The Reality of Theater

posted by Rusty Rueff, A.C.T. Trustee 


One night last month, Thursday, October 17, San Francisco was marking just another night of theater being performed on stages throughout the city and the Bay Area.

On that night the American Conservatory Theater was in an extended run of full houses for the Kneehigh Theatre production of Noël Coward’s Brief Encounter. This fusion piece set in England during World War II told us of unfulfilled love and escape in a tumultuous time. Next door at the Curran Theatre, the touring company of Rent, with Anthony Rapp (original Mark) and Adam Pascal (original Roger), was sold out, with a raucous crowd watching the La Bohème story, told through Jonathon Larson’s characters, about poor, HIV/AIDS–infected, starving artists in New York City. They sang of the hope of dying in dignity with others caring about their plight. Across town another sold-out war-themed show was turning away people who wanted to see the Lincoln Center production of South Pacific—another love story, set in the islands of the South Pacific with war raging all around them. On the other side of the Bay, Berkeley Rep was extended with standing-room-only audiences eager to see the rock opera American Idiot. Green Day’s musical rant against war, government oppression, big-government mismanagement, and societal pressures caught fire and enraptured the audience for 90 minutes of nonstop push. Back in San Francisco, the A.C.T. Master of Fine Arts Program students, under the direction of Jonathan Moscone, artistic director of Cal Shakes, were presenting Rebecca Lenkiewicz’s play Her Naked Skin, about women’s rights and the struggle for suffrage in turn-of-the-century Britain. This play was the first by a woman playwright to be presented on the National Theatre’s Olivier Stage in London. This moving work reminded us that human rights advancement is a contemporary issue and we still have a long way to go until all are treated equally. Another National Theatre production was in town that night, as well. There was a simulcast screening of their All’s Well That Ends Well at the Sundance Kabuki film theater. On top of all of the live theater in town that night, a few hundred people were taking in Shakespeare through the cinema screen, in an effort by the National to build better relations with the American audience.

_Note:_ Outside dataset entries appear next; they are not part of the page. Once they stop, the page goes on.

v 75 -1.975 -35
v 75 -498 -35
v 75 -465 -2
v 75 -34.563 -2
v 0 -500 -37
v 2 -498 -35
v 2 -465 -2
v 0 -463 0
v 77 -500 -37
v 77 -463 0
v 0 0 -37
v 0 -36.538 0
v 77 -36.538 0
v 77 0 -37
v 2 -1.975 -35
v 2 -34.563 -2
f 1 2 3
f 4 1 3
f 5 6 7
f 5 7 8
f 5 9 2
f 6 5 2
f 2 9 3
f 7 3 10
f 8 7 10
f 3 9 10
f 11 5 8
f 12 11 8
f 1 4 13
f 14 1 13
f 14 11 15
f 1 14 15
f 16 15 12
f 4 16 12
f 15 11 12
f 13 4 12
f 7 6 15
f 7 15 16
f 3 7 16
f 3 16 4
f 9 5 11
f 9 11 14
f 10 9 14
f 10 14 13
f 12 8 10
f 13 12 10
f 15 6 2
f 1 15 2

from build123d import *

# Parameters (mm, degrees)
F0_W     = 77
F0_H     = 37
F0_W_2   = 73
F0_H_2   = 33
F1_DEPTH = 500
F3_DEPTH = 128.275266
F5_DEPTH = 87.845365


with BuildPart() as f1:
    # F0 (on Front) → F1 (new body)
    with BuildSketch(Plane.XZ):
        with Locations((38.5, -18.5)):
            Rectangle(F0_W, F0_H)
        with Locations((38.5, -18.5)):
            Rectangle(F0_W_2, F0_H_2, mode=Mode.SUBTRACT)
    extrude(amount=F1_DEPTH)

    # F2 (on face) → F3 (cut)
    with BuildSketch(Plane(origin=(0, 0, 0), x_dir=(0, -1, 0), z_dir=(-1, 0, 0))):
        Polygon((36.537793, 0), (0, 0), (0, -37), align=None)
    extrude(amount=-F3_DEPTH, mode=Mode.SUBTRACT)

    # F4 (on face) → F5 (cut)
    with BuildSketch(Plane.YZ.offset(77)):
        Polygon((-463, 0), (-500, 0), (-500, -37), align=None)
    extrude(amount=-F5_DEPTH, mode=Mode.SUBTRACT)


solid = f1.part
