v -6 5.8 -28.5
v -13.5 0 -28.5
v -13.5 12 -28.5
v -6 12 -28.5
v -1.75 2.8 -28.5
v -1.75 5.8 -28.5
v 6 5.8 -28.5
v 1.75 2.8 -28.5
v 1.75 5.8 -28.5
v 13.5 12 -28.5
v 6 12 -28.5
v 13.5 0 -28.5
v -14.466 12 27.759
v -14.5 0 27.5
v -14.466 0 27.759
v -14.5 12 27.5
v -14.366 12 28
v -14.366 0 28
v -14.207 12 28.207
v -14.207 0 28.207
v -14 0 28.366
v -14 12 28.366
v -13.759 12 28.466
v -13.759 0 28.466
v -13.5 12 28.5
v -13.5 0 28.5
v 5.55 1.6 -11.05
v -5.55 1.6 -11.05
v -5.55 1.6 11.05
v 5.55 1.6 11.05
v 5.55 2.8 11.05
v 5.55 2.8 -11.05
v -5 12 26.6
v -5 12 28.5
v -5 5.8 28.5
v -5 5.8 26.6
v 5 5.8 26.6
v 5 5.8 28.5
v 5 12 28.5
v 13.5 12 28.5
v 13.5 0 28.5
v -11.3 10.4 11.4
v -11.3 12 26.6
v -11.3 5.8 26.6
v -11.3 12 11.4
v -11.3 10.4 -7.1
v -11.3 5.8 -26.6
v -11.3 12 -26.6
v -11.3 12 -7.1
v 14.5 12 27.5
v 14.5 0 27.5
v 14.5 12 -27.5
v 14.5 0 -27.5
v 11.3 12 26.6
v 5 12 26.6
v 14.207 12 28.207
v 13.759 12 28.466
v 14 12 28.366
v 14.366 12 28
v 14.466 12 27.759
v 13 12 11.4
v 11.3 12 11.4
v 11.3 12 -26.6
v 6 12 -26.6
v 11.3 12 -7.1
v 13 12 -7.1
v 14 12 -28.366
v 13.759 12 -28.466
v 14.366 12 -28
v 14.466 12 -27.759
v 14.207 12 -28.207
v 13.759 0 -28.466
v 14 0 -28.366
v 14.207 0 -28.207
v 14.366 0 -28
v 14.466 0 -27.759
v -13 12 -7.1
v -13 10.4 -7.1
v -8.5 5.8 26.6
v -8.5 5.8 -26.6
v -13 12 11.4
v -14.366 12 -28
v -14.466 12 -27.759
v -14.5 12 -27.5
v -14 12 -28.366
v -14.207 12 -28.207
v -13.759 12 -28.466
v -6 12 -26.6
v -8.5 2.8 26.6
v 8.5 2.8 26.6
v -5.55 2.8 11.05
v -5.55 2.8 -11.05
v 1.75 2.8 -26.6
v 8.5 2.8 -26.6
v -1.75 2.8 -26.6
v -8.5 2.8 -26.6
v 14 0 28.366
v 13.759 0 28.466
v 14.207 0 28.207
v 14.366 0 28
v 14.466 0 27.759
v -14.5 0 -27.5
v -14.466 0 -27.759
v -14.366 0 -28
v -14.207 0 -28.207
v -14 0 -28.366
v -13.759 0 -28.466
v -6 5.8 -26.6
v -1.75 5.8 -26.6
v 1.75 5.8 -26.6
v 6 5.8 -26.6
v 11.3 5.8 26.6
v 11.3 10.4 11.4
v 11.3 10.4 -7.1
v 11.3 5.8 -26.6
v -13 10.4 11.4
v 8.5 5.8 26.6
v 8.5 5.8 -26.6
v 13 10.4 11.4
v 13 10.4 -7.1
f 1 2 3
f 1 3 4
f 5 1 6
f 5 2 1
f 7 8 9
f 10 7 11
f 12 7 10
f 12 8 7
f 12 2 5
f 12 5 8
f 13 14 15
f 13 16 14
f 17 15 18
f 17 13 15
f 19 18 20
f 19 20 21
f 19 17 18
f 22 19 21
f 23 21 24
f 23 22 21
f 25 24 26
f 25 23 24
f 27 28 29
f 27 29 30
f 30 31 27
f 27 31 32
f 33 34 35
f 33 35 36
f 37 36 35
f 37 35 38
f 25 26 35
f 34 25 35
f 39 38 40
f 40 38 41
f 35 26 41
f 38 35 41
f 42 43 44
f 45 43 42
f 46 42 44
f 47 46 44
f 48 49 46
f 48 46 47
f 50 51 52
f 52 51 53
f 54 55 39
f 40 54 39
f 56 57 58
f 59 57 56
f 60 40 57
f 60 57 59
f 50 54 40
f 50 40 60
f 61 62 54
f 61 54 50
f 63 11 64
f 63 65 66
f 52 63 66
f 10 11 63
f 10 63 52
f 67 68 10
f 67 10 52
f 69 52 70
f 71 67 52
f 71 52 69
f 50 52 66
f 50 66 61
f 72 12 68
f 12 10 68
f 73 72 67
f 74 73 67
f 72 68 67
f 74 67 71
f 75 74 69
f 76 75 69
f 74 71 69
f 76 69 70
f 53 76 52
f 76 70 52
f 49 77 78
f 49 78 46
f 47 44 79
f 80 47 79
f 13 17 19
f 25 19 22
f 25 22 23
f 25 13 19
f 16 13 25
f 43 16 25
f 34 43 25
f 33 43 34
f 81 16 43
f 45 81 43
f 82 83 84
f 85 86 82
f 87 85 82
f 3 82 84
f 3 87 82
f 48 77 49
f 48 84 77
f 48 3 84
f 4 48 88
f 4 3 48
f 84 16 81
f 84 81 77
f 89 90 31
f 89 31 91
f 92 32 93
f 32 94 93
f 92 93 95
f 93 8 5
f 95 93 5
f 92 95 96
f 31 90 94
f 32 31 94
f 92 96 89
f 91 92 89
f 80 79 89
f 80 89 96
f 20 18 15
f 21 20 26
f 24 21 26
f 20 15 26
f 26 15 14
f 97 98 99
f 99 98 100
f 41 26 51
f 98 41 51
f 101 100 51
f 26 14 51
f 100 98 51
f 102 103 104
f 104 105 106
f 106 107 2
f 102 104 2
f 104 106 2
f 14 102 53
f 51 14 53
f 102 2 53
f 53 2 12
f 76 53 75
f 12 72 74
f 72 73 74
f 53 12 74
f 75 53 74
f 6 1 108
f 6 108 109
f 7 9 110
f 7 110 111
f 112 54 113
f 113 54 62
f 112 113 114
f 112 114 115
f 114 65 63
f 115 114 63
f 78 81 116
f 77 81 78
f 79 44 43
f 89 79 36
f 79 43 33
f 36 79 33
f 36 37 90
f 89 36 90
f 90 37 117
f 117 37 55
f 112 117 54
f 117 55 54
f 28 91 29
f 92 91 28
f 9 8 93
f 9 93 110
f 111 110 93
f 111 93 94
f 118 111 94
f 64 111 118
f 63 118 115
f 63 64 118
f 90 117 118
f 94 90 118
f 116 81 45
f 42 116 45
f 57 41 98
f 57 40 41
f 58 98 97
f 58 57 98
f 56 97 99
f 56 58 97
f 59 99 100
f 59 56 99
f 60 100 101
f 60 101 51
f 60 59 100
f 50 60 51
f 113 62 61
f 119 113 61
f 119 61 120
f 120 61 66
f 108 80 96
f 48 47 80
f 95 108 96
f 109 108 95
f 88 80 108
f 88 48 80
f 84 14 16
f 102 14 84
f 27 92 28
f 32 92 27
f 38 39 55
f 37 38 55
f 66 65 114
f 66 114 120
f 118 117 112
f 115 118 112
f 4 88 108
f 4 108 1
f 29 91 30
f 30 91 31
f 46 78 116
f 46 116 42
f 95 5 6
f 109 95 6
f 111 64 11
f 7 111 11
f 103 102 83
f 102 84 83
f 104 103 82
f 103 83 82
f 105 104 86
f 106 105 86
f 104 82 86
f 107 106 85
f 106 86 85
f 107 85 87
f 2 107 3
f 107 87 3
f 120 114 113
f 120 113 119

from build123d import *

# Parameters (mm, degrees)
SKETCH2_W           = 29
SKETCH2_H           = 57
BOSS_EXTRUDE1_DEPTH = 12
SKETCH3_W           = 22.6
SKETCH3_H           = 53.2
CUT_EXTRUDE1_DEPTH  = 6.2
SKETCH4_W           = 17
SKETCH4_H           = 53.2
CUT_EXTRUDE2_DEPTH  = 3
SKETCH5_W           = 11.1
SKETCH5_H           = 22.1
CUT_EXTRUDE3_DEPTH  = 1.2
SKETCH6_W           = 26
SKETCH6_H           = 18.5
CUT_EXTRUDE4_DEPTH  = 1.6
SKETCH7_W           = 12
SKETCH7_H           = 1.9
SKETCH7_W_2         = 10
CUT_EXTRUDE5_DEPTH  = 6.2
FILLET1_R           = 1
SKETCH8_W           = 3.5
SKETCH8_H           = 3
CUT_EXTRUDE6_DEPTH  = 10


with BuildPart() as part:
    # Sketch2 → Boss-Extrude1 (new body)
    with BuildSketch(Plane(origin=(0, 0, 0), x_dir=(1, 0, 0), z_dir=(0, 1, 0))):
        Rectangle(SKETCH2_W, SKETCH2_H)
    extrude(amount=BOSS_EXTRUDE1_DEPTH)

    # Sketch3 → Cut-Extrude1 (cut)
    with BuildSketch(Plane(origin=(0, 12, 0), x_dir=(1, 0, 0), z_dir=(0, 1, 0))):
        Rectangle(SKETCH3_W, SKETCH3_H)
    extrude(amount=-CUT_EXTRUDE1_DEPTH, mode=Mode.SUBTRACT)

    # Sketch4 → Cut-Extrude2 (cut)
    with BuildSketch(Plane(origin=(0, 5.8, 0), x_dir=(1, 0, 0), z_dir=(0, 1, 0))):
        Rectangle(SKETCH4_W, SKETCH4_H)
    extrude(amount=-CUT_EXTRUDE2_DEPTH, mode=Mode.SUBTRACT)

    # Sketch5 → Cut-Extrude3 (cut)
    with BuildSketch(Plane(origin=(0, 2.8, 0), x_dir=(1, 0, 0), z_dir=(0, 1, 0))):
        Rectangle(SKETCH5_W, SKETCH5_H)
    extrude(amount=-CUT_EXTRUDE3_DEPTH, mode=Mode.SUBTRACT)

    # Sketch6 → Cut-Extrude4 (cut)
    with BuildSketch(Plane(origin=(0, 12, 0), x_dir=(1, 0, 0), z_dir=(0, 1, 0))):
        with Locations((0, -2.15)):
            Rectangle(SKETCH6_W, SKETCH6_H)
    extrude(amount=-CUT_EXTRUDE4_DEPTH, mode=Mode.SUBTRACT)

    # Sketch7 → Cut-Extrude5 (cut)
    with BuildSketch(Plane(origin=(0, 12, 0), x_dir=(1, 0, 0), z_dir=(0, 1, 0))):
        with Locations((0, 27.55)):
            Rectangle(SKETCH7_W, SKETCH7_H)
        with Locations((0, -27.55)):
            Rectangle(SKETCH7_W_2, SKETCH7_H)
    extrude(amount=-CUT_EXTRUDE5_DEPTH, mode=Mode.SUBTRACT)

    # Fillet1
    fillet1_edges = [part.edges().sort_by_distance(p)[0] for p in [
        (14.5, 6, 28.5),
        (-14.5, 6, 28.5),
        (-14.5, 6, -28.5),
        (14.5, 6, -28.5),
    ]]
    fillet(fillet1_edges, radius=FILLET1_R)

    # Sketch8 → Cut-Extrude6 (cut)
    with BuildSketch(Plane(origin=(0, 0, -28.5), x_dir=(-1, 0, 0), z_dir=(0, 0, -1))):
        with Locations((0, 4.3)):
            Rectangle(SKETCH8_W, SKETCH8_H)
    extrude(amount=-CUT_EXTRUDE6_DEPTH, mode=Mode.SUBTRACT)


solid = part.part
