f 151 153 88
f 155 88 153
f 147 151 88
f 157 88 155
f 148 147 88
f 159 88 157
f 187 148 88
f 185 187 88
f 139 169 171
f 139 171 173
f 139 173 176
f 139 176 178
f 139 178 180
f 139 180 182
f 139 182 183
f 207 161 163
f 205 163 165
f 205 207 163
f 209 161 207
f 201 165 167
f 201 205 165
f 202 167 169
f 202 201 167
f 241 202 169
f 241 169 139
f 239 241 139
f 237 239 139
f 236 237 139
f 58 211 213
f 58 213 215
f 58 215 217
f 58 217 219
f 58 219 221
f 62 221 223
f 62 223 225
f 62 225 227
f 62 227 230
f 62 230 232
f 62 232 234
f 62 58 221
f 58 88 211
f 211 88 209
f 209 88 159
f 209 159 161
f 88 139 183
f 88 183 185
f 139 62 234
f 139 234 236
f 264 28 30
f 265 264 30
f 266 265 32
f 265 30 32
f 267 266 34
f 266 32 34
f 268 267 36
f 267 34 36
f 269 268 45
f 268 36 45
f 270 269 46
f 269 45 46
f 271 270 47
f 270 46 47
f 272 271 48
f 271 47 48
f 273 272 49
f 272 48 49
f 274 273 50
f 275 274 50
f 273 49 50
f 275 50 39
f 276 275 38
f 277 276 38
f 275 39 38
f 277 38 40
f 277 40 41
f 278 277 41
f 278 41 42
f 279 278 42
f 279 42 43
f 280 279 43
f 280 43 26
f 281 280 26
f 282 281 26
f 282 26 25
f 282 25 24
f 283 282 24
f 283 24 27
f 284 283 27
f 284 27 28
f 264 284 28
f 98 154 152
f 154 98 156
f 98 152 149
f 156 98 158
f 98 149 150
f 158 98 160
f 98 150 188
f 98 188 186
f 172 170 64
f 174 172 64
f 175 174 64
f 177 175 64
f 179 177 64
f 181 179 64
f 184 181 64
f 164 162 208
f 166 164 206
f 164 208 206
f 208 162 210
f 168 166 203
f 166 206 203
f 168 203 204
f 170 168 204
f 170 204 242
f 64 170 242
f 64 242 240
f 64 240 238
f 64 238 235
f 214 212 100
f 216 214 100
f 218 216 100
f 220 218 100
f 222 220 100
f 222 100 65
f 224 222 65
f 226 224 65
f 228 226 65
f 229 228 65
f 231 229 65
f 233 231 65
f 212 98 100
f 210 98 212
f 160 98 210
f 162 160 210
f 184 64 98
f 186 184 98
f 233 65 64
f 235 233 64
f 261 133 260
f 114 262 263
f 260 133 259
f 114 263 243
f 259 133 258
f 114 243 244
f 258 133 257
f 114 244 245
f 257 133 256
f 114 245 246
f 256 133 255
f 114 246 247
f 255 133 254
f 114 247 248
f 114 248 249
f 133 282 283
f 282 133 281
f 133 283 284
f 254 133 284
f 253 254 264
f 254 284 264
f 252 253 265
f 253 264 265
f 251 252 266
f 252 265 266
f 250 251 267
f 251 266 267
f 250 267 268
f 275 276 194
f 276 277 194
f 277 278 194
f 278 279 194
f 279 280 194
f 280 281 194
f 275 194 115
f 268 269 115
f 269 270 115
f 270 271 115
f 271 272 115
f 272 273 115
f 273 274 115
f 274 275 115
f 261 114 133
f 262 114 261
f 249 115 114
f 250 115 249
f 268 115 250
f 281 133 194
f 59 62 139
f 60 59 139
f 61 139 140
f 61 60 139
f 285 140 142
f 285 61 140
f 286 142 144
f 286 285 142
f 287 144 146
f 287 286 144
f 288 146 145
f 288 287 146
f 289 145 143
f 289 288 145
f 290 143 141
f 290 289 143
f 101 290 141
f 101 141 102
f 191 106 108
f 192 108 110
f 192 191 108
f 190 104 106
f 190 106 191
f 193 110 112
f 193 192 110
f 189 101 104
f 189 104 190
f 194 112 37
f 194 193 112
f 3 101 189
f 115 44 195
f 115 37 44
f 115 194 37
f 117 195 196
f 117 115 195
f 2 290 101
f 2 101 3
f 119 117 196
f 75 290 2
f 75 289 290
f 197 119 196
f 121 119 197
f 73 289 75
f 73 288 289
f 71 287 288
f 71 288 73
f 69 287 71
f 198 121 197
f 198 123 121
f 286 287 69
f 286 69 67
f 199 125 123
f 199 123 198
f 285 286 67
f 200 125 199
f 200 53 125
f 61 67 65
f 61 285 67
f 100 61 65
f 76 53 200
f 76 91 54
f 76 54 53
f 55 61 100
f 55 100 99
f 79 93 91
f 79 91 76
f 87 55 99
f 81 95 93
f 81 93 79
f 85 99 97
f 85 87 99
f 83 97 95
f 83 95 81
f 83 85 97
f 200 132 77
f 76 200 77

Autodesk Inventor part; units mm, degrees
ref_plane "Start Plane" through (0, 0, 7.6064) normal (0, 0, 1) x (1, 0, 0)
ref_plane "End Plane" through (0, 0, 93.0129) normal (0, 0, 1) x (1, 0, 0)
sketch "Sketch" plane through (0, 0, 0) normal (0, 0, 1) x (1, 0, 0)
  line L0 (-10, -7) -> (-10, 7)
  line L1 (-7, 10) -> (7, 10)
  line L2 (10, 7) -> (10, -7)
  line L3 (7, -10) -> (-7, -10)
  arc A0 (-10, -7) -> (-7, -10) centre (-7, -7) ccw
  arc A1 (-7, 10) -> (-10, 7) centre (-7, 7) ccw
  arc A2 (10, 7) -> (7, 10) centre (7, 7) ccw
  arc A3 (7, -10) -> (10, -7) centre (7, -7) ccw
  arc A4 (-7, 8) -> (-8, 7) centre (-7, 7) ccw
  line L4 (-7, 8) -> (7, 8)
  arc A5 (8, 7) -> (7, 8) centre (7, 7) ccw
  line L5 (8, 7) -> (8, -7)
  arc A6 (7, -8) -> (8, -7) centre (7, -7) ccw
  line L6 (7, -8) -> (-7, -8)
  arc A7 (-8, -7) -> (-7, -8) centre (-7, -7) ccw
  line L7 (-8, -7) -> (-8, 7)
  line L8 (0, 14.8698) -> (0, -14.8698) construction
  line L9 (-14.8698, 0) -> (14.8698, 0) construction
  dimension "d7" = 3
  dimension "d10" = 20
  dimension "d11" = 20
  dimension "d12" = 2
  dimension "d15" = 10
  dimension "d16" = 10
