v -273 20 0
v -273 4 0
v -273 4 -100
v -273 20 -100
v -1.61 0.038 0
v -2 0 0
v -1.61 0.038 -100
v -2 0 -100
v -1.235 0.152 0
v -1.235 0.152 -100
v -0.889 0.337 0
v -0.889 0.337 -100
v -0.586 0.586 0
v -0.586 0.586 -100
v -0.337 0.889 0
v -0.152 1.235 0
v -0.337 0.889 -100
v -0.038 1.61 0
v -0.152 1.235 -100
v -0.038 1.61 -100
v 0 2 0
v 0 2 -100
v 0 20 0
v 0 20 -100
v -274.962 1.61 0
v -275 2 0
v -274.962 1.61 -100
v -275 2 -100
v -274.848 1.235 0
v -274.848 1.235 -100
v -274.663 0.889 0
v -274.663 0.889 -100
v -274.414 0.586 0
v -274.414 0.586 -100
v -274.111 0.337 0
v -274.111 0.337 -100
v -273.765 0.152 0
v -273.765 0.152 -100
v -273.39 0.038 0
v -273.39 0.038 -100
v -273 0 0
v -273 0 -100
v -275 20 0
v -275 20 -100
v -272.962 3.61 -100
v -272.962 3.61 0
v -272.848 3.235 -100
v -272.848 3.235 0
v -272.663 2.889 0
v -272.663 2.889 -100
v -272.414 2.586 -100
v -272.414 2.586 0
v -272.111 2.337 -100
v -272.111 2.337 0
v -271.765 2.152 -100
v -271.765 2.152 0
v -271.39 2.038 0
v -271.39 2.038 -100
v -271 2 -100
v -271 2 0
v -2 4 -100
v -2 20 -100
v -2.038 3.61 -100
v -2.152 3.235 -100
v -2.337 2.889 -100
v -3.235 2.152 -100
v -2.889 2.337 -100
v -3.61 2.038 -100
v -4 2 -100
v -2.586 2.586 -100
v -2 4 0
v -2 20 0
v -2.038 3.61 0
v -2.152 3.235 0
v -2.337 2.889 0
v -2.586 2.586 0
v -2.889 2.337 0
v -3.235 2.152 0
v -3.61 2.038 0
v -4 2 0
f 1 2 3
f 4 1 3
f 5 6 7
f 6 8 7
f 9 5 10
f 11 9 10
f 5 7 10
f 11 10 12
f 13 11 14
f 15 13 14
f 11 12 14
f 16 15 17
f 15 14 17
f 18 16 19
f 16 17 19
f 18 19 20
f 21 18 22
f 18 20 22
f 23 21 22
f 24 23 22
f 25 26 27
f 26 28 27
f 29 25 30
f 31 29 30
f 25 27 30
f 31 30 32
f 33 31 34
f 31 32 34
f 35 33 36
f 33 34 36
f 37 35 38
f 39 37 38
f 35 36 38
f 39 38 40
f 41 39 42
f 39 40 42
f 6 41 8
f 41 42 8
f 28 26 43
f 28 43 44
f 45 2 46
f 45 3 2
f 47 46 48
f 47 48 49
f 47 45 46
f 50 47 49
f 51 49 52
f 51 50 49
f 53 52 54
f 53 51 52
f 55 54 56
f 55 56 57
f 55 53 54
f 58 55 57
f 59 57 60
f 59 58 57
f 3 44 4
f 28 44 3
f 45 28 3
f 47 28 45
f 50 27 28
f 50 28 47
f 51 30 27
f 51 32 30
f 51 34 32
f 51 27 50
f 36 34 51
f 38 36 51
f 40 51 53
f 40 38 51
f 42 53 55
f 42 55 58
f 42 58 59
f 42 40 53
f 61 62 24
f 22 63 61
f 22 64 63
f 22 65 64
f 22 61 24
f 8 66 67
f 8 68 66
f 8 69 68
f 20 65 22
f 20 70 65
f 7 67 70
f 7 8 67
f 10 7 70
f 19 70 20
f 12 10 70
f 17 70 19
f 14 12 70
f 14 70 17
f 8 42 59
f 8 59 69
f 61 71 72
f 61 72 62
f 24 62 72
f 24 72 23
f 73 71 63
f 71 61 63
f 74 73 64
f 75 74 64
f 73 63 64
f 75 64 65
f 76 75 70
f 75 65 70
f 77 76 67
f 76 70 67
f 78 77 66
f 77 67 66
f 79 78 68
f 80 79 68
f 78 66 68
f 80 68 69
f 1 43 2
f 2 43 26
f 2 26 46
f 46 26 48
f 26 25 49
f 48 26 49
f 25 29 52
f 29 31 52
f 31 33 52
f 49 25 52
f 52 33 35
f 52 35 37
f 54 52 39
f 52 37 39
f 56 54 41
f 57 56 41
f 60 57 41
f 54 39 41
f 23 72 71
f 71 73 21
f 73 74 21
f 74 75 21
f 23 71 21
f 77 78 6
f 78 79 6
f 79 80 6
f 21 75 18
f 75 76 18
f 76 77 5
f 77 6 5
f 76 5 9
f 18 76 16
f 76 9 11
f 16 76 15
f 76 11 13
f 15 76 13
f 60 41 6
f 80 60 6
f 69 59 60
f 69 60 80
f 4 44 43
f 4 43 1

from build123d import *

# Parameters (mm, degrees)
SKETCH1_W           = 275
SKETCH1_H           = 100
BOSS_EXTRUDE1_DEPTH = 20
SHELL2_T            = -2
FILLET1_R           = 2


with BuildPart() as part:
    # Sketch1 → Boss-Extrude1 (new body)
    with BuildSketch(Plane(origin=(0, 0, 0), x_dir=(1, 0, 0), z_dir=(0, 1, 0))):
        with Locations((-137.5, 50)):
            Rectangle(SKETCH1_W, SKETCH1_H)
    extrude(amount=BOSS_EXTRUDE1_DEPTH)

    # Shell2
    shell2_openings = [part.faces().sort_by_distance(p)[0] for p in [
        (-137.5, 20, -50),
        (-137.5, 10, 0),
        (-137.5, 10, -100),
    ]]
    offset(amount=SHELL2_T, openings=shell2_openings, kind=Kind.INTERSECTION)

    # Fillet1
    fillet1_edges = [part.edges().sort_by_distance(p)[0] for p in [
        (-2, 2, -50),
        (-273, 2, -50),
        (-275, 0, -50),
        (0, 0, -50),
    ]]
    fillet(fillet1_edges, radius=FILLET1_R)


solid = part.part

I know I have missed at least another half dozen to a dozen other plays that were running on that night, as well. There is always much theater in our town on any given night.

But on that night the theater became reality as at the same time that curtains were rising across the Bay Area, just over in Union Square, at the St. Francis Hotel, the first sitting U.S. president to visit San Francisco in nearly a decade was speaking live. President Obama turned out thousands of supporters to hear him update them on the issues of our time, issues that were all around him that night in the theaters of the Bay Area: war, health care, human rights, the social-class divide, international relations, the economy in the context of the financial crisis, and government’s role in all of this. President Obama didn’t need to look much further than the scripts and librettos of the theaters around him that night to find relevant substance for his speeches.

We go to the theater to suspend our disbelief and to experience the stories of others so we connect and feel. We use the theater to wrestle with the issues that are our own. We sometimes find what is true reality being no further away than just on the stage before us.

On this one night in San Francisco in October of 2009, the theater was as real as it gets.